**WHAT YOU HAVE TO DO:** The lines to repeat are those below from the one containing "f 163 156 158" down to the one containing "f 218 219 220", both included; reproduce them exactly and nothing else.
##### PROVIDED DATA #####
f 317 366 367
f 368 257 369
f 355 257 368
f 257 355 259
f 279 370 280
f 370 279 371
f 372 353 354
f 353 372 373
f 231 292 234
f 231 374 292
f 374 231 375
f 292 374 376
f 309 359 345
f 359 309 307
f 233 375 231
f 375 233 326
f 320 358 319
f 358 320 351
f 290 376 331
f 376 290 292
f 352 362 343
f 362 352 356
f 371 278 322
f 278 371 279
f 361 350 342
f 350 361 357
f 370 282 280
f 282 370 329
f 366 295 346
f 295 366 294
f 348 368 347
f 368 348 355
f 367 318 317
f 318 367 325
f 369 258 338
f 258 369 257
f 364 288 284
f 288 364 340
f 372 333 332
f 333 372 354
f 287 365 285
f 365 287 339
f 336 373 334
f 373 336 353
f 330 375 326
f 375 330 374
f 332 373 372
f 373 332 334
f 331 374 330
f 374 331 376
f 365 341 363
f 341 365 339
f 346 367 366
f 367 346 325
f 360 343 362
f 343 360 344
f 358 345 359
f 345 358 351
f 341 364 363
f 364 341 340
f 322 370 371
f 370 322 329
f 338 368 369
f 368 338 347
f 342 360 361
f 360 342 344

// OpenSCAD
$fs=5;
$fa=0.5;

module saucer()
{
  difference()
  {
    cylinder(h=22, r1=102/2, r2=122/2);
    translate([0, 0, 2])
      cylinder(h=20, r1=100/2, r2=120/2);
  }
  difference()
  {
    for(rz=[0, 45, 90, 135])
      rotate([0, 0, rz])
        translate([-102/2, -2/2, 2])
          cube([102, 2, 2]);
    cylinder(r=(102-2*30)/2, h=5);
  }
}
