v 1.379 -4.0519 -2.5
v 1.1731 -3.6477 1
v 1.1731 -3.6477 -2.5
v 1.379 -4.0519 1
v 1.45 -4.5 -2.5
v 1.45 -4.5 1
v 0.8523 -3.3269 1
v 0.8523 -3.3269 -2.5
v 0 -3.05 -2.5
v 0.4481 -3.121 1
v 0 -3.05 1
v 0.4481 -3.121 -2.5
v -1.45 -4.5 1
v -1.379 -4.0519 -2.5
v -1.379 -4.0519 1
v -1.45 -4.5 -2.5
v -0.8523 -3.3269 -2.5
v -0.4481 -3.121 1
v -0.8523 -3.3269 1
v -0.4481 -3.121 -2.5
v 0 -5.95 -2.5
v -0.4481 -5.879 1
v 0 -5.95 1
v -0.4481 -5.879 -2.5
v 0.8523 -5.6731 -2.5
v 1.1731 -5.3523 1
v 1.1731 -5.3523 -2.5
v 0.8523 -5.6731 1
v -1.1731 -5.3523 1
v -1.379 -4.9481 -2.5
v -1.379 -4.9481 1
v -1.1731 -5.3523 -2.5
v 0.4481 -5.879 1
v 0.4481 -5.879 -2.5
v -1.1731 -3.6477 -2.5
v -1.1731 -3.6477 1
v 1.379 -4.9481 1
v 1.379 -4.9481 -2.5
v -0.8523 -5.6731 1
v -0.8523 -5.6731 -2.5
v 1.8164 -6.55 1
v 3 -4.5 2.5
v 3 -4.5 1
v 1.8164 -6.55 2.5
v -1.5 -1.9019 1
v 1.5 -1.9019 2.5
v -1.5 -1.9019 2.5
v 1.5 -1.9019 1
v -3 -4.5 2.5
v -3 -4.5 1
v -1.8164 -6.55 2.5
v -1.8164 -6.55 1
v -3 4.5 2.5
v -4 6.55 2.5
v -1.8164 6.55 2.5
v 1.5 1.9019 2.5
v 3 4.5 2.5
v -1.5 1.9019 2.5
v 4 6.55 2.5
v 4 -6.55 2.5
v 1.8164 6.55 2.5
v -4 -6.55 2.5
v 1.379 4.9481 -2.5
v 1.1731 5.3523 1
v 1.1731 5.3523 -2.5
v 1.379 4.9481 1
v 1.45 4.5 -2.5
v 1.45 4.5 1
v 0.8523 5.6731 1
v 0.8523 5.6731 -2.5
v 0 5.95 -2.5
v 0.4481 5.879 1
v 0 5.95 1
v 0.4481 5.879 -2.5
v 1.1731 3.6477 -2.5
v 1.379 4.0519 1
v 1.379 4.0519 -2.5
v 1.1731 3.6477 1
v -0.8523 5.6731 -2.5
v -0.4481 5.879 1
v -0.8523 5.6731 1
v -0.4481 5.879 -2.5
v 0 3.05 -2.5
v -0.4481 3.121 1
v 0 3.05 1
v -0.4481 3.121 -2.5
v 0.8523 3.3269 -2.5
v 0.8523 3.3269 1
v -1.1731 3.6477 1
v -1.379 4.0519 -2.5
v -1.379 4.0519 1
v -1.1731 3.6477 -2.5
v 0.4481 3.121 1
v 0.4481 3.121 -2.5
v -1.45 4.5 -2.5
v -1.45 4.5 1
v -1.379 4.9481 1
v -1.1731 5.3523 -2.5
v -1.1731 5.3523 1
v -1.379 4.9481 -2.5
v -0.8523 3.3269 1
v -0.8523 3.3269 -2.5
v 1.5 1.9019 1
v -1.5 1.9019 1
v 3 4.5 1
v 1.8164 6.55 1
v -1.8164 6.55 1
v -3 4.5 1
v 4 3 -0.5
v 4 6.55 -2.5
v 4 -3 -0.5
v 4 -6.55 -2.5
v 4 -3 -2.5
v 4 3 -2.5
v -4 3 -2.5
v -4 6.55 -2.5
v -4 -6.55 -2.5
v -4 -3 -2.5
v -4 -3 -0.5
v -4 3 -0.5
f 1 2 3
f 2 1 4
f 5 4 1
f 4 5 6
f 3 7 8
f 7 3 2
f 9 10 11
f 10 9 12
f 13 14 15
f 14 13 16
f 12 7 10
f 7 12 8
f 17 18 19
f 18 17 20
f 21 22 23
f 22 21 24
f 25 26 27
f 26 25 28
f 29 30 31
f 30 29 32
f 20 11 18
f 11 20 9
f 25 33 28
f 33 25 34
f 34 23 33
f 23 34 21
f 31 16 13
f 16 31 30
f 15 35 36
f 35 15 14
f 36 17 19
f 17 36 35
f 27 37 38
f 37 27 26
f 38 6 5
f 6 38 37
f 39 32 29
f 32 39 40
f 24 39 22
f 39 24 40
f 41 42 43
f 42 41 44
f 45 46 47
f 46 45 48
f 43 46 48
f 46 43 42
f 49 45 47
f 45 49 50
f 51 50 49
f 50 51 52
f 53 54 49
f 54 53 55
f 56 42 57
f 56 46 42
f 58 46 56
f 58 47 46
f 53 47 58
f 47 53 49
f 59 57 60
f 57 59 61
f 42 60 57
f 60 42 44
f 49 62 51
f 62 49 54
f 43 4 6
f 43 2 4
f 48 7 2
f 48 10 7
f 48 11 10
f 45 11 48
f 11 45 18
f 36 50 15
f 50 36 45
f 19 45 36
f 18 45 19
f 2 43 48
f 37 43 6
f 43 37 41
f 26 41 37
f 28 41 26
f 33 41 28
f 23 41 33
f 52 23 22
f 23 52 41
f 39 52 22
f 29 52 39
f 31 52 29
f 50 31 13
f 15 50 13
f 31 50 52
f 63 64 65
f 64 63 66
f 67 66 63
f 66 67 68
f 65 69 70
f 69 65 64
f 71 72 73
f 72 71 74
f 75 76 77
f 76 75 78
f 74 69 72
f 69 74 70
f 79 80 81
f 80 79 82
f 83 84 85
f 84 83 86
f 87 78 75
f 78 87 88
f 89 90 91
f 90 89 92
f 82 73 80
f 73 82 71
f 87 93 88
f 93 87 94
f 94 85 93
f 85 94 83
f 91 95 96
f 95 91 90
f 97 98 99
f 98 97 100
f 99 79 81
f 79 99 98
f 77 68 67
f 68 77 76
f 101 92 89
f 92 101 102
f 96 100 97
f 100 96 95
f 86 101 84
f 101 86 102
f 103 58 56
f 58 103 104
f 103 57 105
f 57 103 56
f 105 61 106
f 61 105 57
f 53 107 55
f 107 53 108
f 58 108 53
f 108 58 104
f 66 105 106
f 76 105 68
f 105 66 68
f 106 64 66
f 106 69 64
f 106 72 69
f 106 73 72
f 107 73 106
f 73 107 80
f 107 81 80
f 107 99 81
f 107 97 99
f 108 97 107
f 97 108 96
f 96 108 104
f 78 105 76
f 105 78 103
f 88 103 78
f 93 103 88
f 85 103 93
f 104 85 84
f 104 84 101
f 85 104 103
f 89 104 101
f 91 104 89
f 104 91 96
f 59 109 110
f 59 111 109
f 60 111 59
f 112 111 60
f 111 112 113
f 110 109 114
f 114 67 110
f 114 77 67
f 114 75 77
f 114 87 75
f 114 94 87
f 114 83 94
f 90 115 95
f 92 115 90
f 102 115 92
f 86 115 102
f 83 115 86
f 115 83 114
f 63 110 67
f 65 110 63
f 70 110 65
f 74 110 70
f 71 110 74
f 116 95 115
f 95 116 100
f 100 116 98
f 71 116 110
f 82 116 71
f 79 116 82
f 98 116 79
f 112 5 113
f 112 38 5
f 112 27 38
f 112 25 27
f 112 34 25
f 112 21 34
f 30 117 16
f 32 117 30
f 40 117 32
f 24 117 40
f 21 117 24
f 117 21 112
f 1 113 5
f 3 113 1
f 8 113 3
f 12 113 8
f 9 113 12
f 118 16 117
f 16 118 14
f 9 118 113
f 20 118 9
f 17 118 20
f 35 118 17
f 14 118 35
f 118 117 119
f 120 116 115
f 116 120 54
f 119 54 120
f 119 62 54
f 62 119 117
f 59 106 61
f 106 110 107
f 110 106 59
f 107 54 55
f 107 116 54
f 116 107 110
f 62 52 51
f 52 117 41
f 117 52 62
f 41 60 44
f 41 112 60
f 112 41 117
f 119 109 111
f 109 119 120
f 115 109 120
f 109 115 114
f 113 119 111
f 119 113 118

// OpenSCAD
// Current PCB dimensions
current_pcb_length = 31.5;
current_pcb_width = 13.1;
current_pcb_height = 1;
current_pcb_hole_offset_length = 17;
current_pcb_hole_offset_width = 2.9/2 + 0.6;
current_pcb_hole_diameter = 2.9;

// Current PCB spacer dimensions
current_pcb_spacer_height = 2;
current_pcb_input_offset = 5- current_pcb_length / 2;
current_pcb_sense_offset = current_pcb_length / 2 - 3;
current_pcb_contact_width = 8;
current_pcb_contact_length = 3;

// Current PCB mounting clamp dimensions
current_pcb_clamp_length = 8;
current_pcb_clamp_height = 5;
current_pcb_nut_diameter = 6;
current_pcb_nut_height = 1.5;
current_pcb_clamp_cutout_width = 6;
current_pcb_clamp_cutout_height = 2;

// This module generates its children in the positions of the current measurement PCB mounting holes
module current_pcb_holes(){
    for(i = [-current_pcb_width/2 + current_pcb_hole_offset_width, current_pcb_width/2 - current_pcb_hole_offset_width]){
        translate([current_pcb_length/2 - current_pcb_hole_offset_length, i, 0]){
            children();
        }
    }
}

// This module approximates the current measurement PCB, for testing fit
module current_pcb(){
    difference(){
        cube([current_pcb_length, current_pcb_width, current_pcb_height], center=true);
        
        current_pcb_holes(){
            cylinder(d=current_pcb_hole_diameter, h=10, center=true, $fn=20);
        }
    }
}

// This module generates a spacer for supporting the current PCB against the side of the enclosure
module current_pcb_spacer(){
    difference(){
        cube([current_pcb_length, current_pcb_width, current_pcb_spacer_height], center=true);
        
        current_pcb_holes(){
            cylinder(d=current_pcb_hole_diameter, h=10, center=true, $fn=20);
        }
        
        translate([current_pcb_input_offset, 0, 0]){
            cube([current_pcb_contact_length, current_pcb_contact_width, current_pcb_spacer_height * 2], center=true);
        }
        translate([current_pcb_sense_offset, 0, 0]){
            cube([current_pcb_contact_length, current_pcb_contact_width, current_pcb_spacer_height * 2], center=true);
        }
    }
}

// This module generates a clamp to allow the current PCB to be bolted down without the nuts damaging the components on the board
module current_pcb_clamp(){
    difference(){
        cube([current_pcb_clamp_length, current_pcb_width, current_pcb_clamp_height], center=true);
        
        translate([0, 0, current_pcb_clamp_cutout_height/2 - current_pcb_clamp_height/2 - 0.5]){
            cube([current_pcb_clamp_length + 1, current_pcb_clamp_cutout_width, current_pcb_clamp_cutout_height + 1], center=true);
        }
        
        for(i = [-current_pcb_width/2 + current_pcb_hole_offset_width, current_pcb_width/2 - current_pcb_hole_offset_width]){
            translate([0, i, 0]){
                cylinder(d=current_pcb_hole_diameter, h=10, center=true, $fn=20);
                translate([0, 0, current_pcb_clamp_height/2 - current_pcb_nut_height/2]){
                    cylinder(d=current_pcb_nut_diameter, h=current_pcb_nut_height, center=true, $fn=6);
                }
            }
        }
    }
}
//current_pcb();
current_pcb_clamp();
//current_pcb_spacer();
#####
##### PROVIDED DATA #####
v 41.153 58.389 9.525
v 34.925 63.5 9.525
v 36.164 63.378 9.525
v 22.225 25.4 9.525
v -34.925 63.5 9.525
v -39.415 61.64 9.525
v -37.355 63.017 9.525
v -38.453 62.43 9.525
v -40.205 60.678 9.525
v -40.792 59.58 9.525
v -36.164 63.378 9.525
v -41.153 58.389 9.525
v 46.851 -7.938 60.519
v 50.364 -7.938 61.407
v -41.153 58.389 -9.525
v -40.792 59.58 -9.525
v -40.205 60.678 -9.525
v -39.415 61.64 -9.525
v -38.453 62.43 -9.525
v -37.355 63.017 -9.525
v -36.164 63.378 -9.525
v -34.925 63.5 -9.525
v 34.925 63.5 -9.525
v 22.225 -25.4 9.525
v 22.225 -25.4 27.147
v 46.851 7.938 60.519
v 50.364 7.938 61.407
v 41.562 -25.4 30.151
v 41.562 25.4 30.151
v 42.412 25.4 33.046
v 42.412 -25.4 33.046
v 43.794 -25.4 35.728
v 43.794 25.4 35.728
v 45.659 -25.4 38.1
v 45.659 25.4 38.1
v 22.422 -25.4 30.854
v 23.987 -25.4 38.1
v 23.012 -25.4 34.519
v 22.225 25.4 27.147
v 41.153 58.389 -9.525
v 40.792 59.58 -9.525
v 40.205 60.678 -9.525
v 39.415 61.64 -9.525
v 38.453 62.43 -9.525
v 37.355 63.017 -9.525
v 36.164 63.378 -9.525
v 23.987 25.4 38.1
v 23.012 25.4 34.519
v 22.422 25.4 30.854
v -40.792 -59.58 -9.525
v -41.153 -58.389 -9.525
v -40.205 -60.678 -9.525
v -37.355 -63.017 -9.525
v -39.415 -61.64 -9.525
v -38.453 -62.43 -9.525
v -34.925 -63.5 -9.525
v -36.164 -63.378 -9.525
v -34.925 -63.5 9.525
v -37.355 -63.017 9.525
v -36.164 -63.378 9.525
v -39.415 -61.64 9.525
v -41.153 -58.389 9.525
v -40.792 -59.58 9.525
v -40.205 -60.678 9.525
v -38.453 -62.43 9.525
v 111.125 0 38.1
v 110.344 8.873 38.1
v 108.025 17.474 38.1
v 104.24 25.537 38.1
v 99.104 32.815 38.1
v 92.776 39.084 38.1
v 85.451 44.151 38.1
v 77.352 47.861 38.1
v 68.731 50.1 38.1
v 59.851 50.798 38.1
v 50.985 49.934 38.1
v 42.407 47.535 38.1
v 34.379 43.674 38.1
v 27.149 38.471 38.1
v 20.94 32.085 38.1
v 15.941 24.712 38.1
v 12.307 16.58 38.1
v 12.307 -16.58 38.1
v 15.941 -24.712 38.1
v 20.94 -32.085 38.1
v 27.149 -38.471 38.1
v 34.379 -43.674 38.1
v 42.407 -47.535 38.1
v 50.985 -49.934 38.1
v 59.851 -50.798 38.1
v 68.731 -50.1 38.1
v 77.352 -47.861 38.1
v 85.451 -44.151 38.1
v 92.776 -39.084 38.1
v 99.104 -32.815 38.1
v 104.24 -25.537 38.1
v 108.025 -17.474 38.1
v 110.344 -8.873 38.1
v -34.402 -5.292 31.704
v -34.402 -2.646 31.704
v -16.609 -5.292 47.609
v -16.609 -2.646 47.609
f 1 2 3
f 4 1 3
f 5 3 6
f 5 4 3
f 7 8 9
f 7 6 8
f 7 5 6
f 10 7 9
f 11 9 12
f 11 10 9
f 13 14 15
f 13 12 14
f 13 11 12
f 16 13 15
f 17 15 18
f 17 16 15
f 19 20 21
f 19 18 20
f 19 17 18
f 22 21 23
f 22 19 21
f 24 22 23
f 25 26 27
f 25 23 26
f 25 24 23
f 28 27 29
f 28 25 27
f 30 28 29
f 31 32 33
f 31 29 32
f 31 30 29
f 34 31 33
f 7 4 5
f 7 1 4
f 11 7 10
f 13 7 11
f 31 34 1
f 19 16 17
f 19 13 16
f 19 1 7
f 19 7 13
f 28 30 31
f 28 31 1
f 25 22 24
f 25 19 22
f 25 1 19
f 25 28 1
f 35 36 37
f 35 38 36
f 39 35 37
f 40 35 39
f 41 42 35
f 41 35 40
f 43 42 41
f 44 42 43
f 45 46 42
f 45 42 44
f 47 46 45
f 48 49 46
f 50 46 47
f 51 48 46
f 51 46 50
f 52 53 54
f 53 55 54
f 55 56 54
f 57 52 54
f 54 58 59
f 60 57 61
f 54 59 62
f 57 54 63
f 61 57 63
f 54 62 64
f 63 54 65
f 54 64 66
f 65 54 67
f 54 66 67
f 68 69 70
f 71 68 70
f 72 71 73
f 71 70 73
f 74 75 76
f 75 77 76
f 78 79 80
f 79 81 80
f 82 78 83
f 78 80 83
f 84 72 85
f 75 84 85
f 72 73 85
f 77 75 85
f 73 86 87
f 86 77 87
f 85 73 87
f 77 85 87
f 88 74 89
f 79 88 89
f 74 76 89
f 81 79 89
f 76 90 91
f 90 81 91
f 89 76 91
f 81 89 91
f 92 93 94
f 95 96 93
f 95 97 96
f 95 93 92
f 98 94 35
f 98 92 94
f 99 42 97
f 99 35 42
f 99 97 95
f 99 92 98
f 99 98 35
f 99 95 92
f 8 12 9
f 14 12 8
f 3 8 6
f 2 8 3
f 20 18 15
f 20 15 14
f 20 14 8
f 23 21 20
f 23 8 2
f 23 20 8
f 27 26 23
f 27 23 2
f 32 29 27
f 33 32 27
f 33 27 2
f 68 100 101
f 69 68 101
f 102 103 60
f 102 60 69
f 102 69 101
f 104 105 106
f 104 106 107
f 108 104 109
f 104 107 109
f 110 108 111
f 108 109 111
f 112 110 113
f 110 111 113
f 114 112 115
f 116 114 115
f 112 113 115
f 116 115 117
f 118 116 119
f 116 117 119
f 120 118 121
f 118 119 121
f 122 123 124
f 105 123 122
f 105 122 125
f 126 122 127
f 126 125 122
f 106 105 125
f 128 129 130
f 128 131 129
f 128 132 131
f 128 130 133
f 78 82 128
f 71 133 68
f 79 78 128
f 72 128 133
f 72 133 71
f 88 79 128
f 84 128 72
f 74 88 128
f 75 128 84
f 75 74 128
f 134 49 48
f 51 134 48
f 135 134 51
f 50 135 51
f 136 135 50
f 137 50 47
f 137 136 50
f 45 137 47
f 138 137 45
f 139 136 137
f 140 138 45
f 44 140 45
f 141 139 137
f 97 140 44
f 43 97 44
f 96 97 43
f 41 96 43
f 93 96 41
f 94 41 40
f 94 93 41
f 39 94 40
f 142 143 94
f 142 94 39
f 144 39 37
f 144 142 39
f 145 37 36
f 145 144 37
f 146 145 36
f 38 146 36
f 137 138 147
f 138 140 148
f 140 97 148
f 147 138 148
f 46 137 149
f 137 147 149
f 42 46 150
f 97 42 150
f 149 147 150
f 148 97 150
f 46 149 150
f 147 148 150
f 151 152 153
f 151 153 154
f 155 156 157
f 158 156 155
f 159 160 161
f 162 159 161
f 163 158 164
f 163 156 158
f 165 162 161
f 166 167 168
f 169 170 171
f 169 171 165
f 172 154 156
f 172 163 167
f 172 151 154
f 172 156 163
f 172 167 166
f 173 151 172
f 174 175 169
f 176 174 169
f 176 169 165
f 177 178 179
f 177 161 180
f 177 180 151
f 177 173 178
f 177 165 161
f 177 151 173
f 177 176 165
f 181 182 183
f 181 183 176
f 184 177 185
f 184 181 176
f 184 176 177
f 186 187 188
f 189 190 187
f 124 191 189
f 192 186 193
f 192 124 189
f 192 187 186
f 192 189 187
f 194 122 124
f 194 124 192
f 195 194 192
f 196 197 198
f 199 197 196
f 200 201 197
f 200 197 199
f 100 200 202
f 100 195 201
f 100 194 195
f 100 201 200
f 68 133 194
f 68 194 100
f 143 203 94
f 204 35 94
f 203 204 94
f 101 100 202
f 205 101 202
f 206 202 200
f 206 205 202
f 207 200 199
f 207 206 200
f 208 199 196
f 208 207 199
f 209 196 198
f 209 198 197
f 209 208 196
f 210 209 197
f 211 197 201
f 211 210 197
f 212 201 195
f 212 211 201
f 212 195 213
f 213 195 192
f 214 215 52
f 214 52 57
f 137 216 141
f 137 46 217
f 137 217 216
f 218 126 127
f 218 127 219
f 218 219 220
#####
##### PROVIDED DATA #####
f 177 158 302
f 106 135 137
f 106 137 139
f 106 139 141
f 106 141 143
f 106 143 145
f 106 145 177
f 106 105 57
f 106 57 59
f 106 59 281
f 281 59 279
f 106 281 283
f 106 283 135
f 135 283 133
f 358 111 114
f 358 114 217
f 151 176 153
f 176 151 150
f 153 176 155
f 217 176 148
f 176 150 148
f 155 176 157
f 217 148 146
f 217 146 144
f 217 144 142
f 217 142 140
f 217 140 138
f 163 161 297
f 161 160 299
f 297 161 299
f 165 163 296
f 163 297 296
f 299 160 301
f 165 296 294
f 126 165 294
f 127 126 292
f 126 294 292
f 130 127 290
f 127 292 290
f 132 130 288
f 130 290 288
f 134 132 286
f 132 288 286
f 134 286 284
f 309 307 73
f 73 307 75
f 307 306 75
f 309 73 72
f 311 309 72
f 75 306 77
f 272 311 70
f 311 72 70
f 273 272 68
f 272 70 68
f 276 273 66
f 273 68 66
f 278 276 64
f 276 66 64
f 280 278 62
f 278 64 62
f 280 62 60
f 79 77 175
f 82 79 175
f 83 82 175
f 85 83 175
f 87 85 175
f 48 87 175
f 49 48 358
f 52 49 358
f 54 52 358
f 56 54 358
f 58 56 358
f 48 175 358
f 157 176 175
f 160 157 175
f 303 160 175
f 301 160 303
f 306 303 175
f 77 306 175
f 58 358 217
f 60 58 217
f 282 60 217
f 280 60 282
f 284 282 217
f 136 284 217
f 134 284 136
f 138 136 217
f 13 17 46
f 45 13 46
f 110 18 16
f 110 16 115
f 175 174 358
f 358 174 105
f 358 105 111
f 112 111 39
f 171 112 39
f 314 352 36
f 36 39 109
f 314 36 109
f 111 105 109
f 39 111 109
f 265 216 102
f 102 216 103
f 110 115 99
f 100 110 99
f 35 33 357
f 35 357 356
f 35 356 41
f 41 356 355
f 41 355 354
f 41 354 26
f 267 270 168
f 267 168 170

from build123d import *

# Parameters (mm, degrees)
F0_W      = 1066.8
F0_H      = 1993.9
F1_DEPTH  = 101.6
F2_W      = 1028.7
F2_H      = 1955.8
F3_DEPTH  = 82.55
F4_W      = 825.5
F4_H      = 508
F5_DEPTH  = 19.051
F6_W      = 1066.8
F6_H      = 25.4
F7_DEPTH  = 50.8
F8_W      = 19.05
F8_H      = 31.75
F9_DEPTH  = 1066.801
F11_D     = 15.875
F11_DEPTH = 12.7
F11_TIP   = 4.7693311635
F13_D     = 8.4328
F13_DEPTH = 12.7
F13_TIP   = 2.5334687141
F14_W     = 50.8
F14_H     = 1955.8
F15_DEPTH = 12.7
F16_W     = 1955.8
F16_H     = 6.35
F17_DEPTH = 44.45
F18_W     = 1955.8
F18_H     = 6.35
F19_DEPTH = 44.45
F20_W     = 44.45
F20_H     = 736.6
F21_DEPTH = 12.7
#####
**RESULT FOR THIS EXERCISE:**
f 163 156 158
f 165 162 161
f 166 167 168
f 169 170 171
f 169 171 165
f 172 154 156
f 172 163 167
f 172 151 154
f 172 156 163
f 172 167 166
f 173 151 172
f 174 175 169
f 176 174 169
f 176 169 165
f 177 178 179
f 177 161 180
f 177 180 151
f 177 173 178
f 177 165 161
f 177 151 173
f 177 176 165
f 181 182 183
f 181 183 176
f 184 177 185
f 184 181 176
f 184 176 177
f 186 187 188
f 189 190 187
f 124 191 189
f 192 186 193
f 192 124 189
f 192 187 186
f 192 189 187
f 194 122 124
f 194 124 192
f 195 194 192
f 196 197 198
f 199 197 196
f 200 201 197
f 200 197 199
f 100 200 202
f 100 195 201
f 100 194 195
f 100 201 200
f 68 133 194
f 68 194 100
f 143 203 94
f 204 35 94
f 203 204 94
f 101 100 202
f 205 101 202
f 206 202 200
f 206 205 202
f 207 200 199
f 207 206 200
f 208 199 196
f 208 207 199
f 209 196 198
f 209 198 197
f 209 208 196
f 210 209 197
f 211 197 201
f 211 210 197
f 212 201 195
f 212 211 201
f 212 195 213
f 213 195 192
f 214 215 52
f 214 52 57
f 137 216 141
f 137 46 217
f 137 217 216
f 218 126 127
f 218 127 219
f 218 219 220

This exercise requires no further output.